One other quick thought (which will likely be the subject of a future blog) - how warm and cozy would the United States feel if, say, Iran invaded a neighbouring country (Mexico) and occupied it for a decade? A little threatened, perhaps? 

Sunday, 16 September 2012

National Hockey League - Closed For Renovations

The National Hockey League is on thin ice. Again.

Most of its seven hundred or so players are booking tee times, beach holidays and massage therapy instead of packing their duffle bags and heading for annual September training camps. They have been locked out by owners who, it is claimed, voted 30-0 to proceed with door-closing at midnight Saturday September 15, 2012, the moment the current collective bargaining agreement, the CBA, expired. The reason? For the second time in just seven years players and those owners are at loggerheads over how to divvy up an expanding money pot.

You'd think this would be easy to resolve. Pragmatic, good-faith negotiations more often than not overcome differences, find compromises and solve themselves. But not this time, even though the NHL is generating more revenues than ever before and players can make more cash in a week than many people will make in 10 or 20 years. But not so fast.

The NHL has made a cost benefit analysis and concluded that even though overall revenues are up, there are still too many teams (rumoured to be 17 of 30) that are losing money. Instead of instituting a system of revenue sharing, in which the richest teams pay into an escrow pool and the weaker teams are propped up, the owners (even the magnates who operate money-losing franchises) want the players to give back enough to make up the difference. In other words, the rich teams would get richer, break even outfits would turn a profit and teams that are bleeding tens of millions each year might staunch some of the bleeding.

So how did it get to this point?
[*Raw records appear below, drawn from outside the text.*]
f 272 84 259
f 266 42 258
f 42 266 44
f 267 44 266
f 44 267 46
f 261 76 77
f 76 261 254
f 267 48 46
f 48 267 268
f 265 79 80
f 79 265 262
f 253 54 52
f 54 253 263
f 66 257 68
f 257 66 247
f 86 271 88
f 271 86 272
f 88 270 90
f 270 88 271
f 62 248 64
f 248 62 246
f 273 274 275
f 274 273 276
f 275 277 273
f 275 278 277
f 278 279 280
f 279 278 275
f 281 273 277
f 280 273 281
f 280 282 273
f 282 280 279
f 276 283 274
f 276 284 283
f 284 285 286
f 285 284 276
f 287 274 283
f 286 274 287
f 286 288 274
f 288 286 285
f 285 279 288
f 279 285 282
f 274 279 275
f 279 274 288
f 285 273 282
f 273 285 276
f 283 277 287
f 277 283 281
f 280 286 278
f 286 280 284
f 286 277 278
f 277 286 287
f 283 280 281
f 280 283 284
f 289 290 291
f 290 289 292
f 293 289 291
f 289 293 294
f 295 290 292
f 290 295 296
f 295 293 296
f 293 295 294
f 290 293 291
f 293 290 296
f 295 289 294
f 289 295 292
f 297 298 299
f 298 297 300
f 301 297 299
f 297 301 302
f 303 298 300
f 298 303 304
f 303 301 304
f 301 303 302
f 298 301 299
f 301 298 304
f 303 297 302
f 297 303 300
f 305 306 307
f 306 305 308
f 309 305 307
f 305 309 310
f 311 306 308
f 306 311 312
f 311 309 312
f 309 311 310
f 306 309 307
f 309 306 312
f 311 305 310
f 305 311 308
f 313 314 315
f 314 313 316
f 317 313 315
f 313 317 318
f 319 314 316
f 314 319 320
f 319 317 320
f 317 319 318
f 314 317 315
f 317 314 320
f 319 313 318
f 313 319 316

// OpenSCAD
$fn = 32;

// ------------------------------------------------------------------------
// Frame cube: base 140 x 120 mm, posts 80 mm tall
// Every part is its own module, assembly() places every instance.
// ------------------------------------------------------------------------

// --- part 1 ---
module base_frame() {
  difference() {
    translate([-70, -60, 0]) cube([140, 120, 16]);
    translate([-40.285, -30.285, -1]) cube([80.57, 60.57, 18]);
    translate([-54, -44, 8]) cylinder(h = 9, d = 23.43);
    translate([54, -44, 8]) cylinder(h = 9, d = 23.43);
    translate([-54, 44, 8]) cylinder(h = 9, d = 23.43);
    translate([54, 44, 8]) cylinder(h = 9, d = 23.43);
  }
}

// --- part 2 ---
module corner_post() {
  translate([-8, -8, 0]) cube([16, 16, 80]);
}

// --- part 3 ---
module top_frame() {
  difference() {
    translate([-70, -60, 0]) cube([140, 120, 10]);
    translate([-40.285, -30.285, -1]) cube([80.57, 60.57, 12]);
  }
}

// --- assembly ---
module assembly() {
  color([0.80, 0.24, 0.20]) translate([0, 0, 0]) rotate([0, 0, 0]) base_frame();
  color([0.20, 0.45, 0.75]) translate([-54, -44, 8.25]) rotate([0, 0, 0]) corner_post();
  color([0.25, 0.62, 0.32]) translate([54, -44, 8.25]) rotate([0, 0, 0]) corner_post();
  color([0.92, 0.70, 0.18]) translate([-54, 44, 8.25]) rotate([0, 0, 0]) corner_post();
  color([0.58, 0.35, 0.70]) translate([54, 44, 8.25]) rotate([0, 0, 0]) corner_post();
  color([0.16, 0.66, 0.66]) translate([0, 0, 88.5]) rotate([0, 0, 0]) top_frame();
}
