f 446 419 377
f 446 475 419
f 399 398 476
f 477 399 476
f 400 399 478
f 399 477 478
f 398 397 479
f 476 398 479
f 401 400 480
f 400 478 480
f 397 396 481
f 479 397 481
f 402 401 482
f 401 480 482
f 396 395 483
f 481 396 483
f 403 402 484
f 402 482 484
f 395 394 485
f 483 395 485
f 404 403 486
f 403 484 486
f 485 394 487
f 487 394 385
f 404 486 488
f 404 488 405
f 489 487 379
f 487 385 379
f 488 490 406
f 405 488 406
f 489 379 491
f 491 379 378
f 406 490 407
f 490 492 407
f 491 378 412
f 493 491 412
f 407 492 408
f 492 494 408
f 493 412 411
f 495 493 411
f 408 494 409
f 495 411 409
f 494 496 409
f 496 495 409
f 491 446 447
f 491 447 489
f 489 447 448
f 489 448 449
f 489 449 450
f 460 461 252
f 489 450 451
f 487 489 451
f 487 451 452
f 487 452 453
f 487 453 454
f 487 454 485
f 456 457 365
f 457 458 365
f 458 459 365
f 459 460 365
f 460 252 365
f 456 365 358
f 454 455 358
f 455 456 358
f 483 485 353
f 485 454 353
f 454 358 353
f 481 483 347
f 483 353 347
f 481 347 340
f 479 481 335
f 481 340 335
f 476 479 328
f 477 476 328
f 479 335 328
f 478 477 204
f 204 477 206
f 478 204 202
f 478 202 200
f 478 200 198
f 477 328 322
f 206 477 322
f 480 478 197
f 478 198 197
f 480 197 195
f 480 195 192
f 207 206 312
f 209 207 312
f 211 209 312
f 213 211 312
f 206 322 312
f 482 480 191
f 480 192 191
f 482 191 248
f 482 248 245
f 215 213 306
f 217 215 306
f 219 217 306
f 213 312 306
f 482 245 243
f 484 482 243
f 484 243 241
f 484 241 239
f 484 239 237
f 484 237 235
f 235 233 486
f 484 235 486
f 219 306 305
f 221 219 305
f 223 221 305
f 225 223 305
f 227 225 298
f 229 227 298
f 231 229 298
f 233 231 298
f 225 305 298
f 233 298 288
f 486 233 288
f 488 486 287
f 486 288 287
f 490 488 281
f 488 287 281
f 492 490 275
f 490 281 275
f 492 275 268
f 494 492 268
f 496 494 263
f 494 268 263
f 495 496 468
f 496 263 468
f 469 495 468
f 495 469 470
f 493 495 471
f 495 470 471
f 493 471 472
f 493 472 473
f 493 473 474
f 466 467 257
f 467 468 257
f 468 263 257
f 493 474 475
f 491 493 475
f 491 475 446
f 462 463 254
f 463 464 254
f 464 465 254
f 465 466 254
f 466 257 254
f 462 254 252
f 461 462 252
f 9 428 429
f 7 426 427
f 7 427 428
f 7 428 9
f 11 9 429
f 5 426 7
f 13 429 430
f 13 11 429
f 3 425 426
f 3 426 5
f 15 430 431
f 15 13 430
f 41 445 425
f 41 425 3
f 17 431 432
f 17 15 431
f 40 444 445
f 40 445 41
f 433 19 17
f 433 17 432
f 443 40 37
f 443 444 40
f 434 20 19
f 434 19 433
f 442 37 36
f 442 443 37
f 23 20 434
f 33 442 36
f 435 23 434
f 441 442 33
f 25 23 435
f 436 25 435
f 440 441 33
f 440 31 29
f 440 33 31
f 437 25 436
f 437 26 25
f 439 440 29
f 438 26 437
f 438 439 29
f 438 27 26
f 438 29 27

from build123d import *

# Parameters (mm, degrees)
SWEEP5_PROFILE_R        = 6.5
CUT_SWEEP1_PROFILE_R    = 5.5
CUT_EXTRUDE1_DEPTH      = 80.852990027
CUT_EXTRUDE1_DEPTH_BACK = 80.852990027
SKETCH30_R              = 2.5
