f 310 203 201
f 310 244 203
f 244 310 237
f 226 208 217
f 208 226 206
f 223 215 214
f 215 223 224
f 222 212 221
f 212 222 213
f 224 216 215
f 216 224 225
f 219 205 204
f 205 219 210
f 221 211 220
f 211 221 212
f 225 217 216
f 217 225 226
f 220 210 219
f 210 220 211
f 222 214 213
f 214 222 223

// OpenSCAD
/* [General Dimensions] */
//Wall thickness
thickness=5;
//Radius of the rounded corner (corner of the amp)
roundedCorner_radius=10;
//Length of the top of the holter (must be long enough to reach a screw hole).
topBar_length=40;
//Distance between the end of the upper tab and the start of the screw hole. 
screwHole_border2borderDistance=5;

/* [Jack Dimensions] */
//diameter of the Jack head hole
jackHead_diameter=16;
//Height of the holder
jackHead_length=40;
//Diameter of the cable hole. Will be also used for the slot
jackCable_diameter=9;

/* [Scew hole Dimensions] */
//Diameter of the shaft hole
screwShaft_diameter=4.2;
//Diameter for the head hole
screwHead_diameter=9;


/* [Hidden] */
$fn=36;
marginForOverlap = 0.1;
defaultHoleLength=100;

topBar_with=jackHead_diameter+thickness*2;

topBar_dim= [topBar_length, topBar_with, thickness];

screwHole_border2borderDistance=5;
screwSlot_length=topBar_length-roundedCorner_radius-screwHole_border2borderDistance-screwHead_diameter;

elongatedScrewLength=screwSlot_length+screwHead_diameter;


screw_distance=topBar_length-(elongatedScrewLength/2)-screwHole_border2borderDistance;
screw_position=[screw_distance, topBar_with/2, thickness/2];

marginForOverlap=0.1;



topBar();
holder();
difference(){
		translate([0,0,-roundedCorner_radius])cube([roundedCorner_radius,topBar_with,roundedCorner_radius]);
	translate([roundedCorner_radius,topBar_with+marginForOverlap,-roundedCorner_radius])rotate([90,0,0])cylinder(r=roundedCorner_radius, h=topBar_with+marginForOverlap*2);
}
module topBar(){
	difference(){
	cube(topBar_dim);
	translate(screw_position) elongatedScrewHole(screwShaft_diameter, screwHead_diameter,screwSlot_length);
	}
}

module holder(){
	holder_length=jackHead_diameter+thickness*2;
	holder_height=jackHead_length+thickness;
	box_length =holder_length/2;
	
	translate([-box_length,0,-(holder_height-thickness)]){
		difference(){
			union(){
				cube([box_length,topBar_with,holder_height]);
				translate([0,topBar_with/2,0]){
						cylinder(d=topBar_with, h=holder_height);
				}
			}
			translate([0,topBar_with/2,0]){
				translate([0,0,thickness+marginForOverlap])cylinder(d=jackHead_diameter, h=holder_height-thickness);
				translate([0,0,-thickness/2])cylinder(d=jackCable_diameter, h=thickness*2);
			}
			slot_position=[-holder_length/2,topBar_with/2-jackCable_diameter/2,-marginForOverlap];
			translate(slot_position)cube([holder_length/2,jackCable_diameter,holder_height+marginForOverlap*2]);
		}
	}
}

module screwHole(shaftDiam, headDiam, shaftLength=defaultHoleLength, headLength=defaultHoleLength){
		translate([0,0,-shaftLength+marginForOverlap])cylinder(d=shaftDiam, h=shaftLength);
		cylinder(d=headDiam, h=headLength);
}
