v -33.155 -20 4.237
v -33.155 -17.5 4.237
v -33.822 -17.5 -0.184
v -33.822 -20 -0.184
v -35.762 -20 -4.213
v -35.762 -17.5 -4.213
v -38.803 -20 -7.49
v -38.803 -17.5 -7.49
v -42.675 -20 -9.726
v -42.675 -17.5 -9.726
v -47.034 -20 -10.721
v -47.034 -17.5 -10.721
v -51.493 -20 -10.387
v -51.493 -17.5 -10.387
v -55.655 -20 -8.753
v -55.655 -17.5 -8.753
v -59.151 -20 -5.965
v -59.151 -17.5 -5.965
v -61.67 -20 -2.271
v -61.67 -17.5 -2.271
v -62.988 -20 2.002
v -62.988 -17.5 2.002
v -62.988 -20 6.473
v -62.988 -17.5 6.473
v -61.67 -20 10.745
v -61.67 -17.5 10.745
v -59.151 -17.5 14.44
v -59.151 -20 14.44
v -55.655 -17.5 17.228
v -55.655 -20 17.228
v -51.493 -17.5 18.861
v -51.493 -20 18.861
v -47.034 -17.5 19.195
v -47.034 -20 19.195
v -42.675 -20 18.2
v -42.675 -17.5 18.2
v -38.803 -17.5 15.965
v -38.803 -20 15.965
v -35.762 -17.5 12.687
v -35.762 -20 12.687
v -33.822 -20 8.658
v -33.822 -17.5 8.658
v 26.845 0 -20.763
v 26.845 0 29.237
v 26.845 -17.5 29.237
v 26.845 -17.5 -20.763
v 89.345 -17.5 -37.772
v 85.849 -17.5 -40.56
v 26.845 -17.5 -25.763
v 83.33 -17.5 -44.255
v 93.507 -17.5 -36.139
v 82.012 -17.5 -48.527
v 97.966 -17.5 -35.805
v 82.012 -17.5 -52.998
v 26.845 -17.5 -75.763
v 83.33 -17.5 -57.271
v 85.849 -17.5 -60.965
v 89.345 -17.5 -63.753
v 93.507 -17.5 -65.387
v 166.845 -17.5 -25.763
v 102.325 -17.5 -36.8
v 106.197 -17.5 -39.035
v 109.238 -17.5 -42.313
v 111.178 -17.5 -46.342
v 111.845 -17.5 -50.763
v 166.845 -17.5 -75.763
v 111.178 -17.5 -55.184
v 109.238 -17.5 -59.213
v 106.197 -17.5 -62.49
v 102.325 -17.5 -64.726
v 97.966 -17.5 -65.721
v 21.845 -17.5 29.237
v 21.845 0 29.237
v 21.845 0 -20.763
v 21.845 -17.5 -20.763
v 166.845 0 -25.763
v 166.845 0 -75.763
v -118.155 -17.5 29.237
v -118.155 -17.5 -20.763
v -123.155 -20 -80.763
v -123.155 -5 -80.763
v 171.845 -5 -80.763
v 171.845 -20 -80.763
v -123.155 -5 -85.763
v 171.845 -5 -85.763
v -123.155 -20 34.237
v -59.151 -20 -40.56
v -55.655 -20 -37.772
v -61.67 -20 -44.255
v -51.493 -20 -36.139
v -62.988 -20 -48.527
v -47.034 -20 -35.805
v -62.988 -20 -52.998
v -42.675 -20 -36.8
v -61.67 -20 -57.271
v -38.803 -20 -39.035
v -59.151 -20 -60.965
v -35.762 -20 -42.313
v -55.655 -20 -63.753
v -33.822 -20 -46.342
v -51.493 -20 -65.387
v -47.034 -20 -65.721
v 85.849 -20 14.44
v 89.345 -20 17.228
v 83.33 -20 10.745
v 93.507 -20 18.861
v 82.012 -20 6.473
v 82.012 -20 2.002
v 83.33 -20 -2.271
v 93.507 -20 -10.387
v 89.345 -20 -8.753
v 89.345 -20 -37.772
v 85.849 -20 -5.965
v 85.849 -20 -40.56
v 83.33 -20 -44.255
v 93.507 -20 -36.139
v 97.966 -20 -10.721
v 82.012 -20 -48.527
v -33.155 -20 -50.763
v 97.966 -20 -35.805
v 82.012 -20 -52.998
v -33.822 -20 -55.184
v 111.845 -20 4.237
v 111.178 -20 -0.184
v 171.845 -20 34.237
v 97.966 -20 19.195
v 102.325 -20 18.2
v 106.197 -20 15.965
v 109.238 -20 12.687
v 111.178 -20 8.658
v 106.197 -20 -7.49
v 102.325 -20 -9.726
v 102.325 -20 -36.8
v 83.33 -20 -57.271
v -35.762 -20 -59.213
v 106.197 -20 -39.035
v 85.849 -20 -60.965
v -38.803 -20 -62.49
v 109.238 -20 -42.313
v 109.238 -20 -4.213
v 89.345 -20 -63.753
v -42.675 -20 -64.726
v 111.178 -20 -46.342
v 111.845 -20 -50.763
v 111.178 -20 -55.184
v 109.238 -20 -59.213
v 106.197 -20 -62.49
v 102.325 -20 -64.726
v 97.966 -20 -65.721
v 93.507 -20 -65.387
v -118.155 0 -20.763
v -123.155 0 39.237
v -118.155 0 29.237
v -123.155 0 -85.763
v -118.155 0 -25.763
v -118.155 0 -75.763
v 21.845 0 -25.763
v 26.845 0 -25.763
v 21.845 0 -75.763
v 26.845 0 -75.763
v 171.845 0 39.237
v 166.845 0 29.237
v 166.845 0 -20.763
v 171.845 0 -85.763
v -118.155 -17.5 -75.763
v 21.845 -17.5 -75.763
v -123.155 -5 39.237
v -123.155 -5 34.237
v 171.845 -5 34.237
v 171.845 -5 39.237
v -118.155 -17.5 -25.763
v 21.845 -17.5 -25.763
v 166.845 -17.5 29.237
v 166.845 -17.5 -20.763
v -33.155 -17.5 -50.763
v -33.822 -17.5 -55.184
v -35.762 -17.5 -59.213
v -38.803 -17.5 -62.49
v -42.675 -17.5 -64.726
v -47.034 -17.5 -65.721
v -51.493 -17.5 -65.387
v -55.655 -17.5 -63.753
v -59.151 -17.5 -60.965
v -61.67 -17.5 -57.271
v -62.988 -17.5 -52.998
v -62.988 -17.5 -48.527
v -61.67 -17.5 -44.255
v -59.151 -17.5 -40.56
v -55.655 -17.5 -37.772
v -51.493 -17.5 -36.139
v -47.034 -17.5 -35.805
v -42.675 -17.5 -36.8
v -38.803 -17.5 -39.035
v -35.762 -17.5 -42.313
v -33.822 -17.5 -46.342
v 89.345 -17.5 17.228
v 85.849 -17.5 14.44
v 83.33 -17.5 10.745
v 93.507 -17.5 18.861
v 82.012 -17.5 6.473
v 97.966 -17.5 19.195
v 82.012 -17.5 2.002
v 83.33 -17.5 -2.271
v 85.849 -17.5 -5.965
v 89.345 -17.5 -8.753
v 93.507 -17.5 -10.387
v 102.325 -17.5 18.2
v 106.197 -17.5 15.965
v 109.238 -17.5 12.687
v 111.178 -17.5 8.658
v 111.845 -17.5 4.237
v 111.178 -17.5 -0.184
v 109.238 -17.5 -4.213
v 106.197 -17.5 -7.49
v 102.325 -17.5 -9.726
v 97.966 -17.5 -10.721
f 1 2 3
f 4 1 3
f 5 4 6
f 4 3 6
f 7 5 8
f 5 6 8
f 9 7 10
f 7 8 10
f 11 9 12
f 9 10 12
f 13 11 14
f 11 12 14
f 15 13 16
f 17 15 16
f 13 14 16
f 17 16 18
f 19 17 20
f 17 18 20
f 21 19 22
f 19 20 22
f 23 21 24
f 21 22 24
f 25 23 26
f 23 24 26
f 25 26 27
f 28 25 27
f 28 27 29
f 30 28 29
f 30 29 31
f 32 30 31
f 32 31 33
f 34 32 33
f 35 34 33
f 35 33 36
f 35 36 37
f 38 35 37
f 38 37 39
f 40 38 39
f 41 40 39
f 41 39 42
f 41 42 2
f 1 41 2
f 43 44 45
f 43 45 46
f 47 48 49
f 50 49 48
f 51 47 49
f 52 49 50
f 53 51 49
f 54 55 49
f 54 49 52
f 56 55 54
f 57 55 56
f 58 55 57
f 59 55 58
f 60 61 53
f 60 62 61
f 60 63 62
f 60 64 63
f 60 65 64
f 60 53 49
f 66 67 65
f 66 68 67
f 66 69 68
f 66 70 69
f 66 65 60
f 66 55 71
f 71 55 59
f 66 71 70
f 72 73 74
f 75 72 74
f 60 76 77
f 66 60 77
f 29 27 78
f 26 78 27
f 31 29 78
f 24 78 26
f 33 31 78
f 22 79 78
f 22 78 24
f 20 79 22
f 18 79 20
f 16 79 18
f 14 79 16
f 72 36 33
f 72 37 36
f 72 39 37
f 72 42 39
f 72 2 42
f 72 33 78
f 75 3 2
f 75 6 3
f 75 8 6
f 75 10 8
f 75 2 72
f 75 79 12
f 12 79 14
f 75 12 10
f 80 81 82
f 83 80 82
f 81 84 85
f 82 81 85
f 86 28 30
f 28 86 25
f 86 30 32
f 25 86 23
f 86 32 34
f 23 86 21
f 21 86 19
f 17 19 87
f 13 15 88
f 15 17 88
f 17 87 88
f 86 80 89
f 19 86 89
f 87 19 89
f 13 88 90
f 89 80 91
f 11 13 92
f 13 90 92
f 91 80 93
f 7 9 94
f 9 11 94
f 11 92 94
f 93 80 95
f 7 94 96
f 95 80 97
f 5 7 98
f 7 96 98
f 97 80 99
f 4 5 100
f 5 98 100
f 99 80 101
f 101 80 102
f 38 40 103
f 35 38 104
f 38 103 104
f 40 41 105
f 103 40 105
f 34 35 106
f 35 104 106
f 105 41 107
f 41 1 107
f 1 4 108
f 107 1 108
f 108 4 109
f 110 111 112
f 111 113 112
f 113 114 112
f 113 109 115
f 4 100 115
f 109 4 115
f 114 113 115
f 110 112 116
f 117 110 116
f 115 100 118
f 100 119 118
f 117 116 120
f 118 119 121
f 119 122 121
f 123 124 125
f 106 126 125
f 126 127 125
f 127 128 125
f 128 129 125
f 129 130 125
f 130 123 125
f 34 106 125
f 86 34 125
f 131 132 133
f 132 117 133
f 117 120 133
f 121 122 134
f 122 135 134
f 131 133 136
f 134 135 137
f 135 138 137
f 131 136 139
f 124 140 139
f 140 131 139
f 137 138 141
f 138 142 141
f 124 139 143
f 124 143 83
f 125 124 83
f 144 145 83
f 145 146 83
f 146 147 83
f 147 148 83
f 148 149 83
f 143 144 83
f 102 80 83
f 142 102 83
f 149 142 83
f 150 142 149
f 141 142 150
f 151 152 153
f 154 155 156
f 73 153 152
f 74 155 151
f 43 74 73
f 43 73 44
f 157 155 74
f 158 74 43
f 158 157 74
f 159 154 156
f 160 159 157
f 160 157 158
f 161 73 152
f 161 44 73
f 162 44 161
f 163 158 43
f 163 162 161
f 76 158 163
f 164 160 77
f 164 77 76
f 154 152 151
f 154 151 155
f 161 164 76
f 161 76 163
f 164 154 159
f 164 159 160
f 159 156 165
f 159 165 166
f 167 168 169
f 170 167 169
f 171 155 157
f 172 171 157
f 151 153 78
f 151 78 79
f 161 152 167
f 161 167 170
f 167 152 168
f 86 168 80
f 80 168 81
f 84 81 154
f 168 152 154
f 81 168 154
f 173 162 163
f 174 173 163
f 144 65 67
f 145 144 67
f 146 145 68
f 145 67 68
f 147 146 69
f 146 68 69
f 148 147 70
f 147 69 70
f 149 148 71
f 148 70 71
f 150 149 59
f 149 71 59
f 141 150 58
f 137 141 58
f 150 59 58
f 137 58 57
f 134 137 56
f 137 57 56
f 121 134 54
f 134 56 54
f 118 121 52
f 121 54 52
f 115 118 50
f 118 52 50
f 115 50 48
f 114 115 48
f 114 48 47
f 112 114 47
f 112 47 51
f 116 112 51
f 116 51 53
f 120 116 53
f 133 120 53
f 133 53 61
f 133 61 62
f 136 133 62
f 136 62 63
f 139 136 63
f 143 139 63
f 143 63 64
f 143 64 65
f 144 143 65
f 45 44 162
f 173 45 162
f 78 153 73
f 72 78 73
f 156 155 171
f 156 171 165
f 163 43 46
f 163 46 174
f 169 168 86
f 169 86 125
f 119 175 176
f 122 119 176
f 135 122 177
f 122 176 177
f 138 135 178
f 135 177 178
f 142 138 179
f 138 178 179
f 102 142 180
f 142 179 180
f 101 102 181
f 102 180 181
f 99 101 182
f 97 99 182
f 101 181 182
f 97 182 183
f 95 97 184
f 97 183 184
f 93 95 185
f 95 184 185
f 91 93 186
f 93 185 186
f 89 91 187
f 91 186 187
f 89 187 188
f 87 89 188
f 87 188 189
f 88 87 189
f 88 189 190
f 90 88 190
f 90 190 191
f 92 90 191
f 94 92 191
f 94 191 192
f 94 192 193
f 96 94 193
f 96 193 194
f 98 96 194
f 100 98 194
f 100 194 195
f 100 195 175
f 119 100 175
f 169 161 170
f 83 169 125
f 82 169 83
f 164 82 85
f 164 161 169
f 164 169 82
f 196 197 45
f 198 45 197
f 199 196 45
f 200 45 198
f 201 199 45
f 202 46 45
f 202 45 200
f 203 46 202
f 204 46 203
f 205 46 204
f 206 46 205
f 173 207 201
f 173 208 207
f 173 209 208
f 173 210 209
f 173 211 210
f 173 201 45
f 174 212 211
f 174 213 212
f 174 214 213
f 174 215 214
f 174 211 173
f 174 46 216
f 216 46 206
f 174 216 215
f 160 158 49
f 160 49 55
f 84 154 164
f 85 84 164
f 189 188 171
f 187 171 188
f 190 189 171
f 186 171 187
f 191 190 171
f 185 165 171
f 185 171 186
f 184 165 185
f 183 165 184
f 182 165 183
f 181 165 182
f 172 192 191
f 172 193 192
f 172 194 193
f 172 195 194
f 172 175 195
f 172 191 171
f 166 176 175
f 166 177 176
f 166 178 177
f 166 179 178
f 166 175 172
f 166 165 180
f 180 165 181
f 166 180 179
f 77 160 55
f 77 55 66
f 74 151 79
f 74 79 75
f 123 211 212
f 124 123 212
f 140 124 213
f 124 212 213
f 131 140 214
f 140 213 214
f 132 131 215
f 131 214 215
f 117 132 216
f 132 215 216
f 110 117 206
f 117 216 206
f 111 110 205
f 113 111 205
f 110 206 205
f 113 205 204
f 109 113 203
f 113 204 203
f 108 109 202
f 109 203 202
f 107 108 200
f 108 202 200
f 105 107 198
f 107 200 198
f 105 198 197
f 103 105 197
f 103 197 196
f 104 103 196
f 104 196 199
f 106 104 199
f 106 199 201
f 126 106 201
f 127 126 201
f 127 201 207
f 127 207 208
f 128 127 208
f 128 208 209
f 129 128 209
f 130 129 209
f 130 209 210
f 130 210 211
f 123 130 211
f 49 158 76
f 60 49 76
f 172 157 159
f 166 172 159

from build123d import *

# Parameters (mm, degrees)
SKETCH1_W           = 295
SKETCH1_H           = 125
BOSS_EXTRUDE3_DEPTH = 5
SKETCH2_W           = 295
SKETCH2_H           = 115
BOSS_EXTRUDE4_DEPTH = 20
SKETCH4_W           = 140
SKETCH4_H           = 50
CUT_EXTRUDE1_DEPTH  = 17.5
SKETCH4_3_W         = 140
SKETCH4_3_H         = 50
CUT_EXTRUDE2_DEPTH  = 17.5
SKETCH7_R           = 15
CUT_EXTRUDE3_DEPTH  = 31.5


with BuildPart() as part:
    # Sketch1 → Boss-Extrude3 (new body)
    with BuildSketch(Plane(origin=(0, 0, 0), x_dir=(1, 0, 0), z_dir=(0, 1, 0))):
        with Locations((24.344660194, 23.262829884)):
            Rectangle(SKETCH1_W, SKETCH1_H)
    extrude(amount=-BOSS_EXTRUDE3_DEPTH)

    # Sketch2 → Boss-Extrude4 (add)
    with BuildSketch(Plane(origin=(0, 0, 0), x_dir=(1, 0, 0), z_dir=(0, 1, 0))):
        with Locations((24.344660194, 23.262829884)):
            Rectangle(SKETCH2_W, SKETCH2_H)
    extrude(amount=-BOSS_EXTRUDE4_DEPTH)

    # Sketch4 → Cut-Extrude1 (cut)
    with BuildSketch(Plane(origin=(0, 0, 0), x_dir=(1, 0, 0), z_dir=(0, 1, 0))):
        with Locations((-48.155339806, 50.762829884)):
            Rectangle(SKETCH4_W, SKETCH4_H)
    extrude(amount=-CUT_EXTRUDE1_DEPTH, mode=Mode.SUBTRACT)

    # Sketch4<3> → Cut-Extrude2 (cut)
    with BuildSketch(Plane(origin=(0, 0, 0), x_dir=(1, 0, 0), z_dir=(0, 1, 0))):
        with Locations((-48.155339806, 50.762829884)):
            Rectangle(SKETCH4_3_W, SKETCH4_3_H)
        with Locations((96.844660194, 50.762829884)):
            Rectangle(SKETCH4_3_W, SKETCH4_3_H)
        with Locations((96.844660194, -4.237170116)):
            Rectangle(SKETCH4_3_W, SKETCH4_3_H)
        with Locations((-48.155339806, -4.237170116)):
            Rectangle(SKETCH4_3_W, SKETCH4_3_H)
    extrude(amount=-CUT_EXTRUDE2_DEPTH, mode=Mode.SUBTRACT)

    # Sketch7 → Cut-Extrude3 (cut)
    with BuildSketch(Plane(origin=(0, -17.5, 0), x_dir=(1, 0, 0), z_dir=(0, 1, 0))):
        with Locations((-48.155339806, -4.237170116)):
            Circle(SKETCH7_R)
        with Locations((96.844660194, -4.237170116)):
            Circle(SKETCH7_R)
        with Locations((96.844660194, 50.762829884)):
            Circle(SKETCH7_R)
        with Locations((-48.155339806, 50.762829884)):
We have to go back a few years.

The entire 2004-2005 NHL season was forfeited because team owners decided they needed a salary cap on the 23 players who make up an NHL team roster. The cap would exclude the amount a franchise could spend on everything else, from facilities, travel, hotel accommodation, farm teams and management. NHL franchises spend additional millions on their farm (development) teams.

After the 2004-2005 season was lost and summer arrived a deal was finally agreed - teams would be limited to spending $39 million dollars on big league salaries, but no team could spend less than $21.5 million. Those amounts were referred to as the 'ceiling' and the 'floor'. A maximum and minimum. The owners signed off on these terms along with other clauses in their favour, including limits on rookie pay for their first three seasons in the league, which it called 'entry-level' contracts. Rookies were limited to less than a million dollars per season for three seasons, but could triple that income through a bonus system.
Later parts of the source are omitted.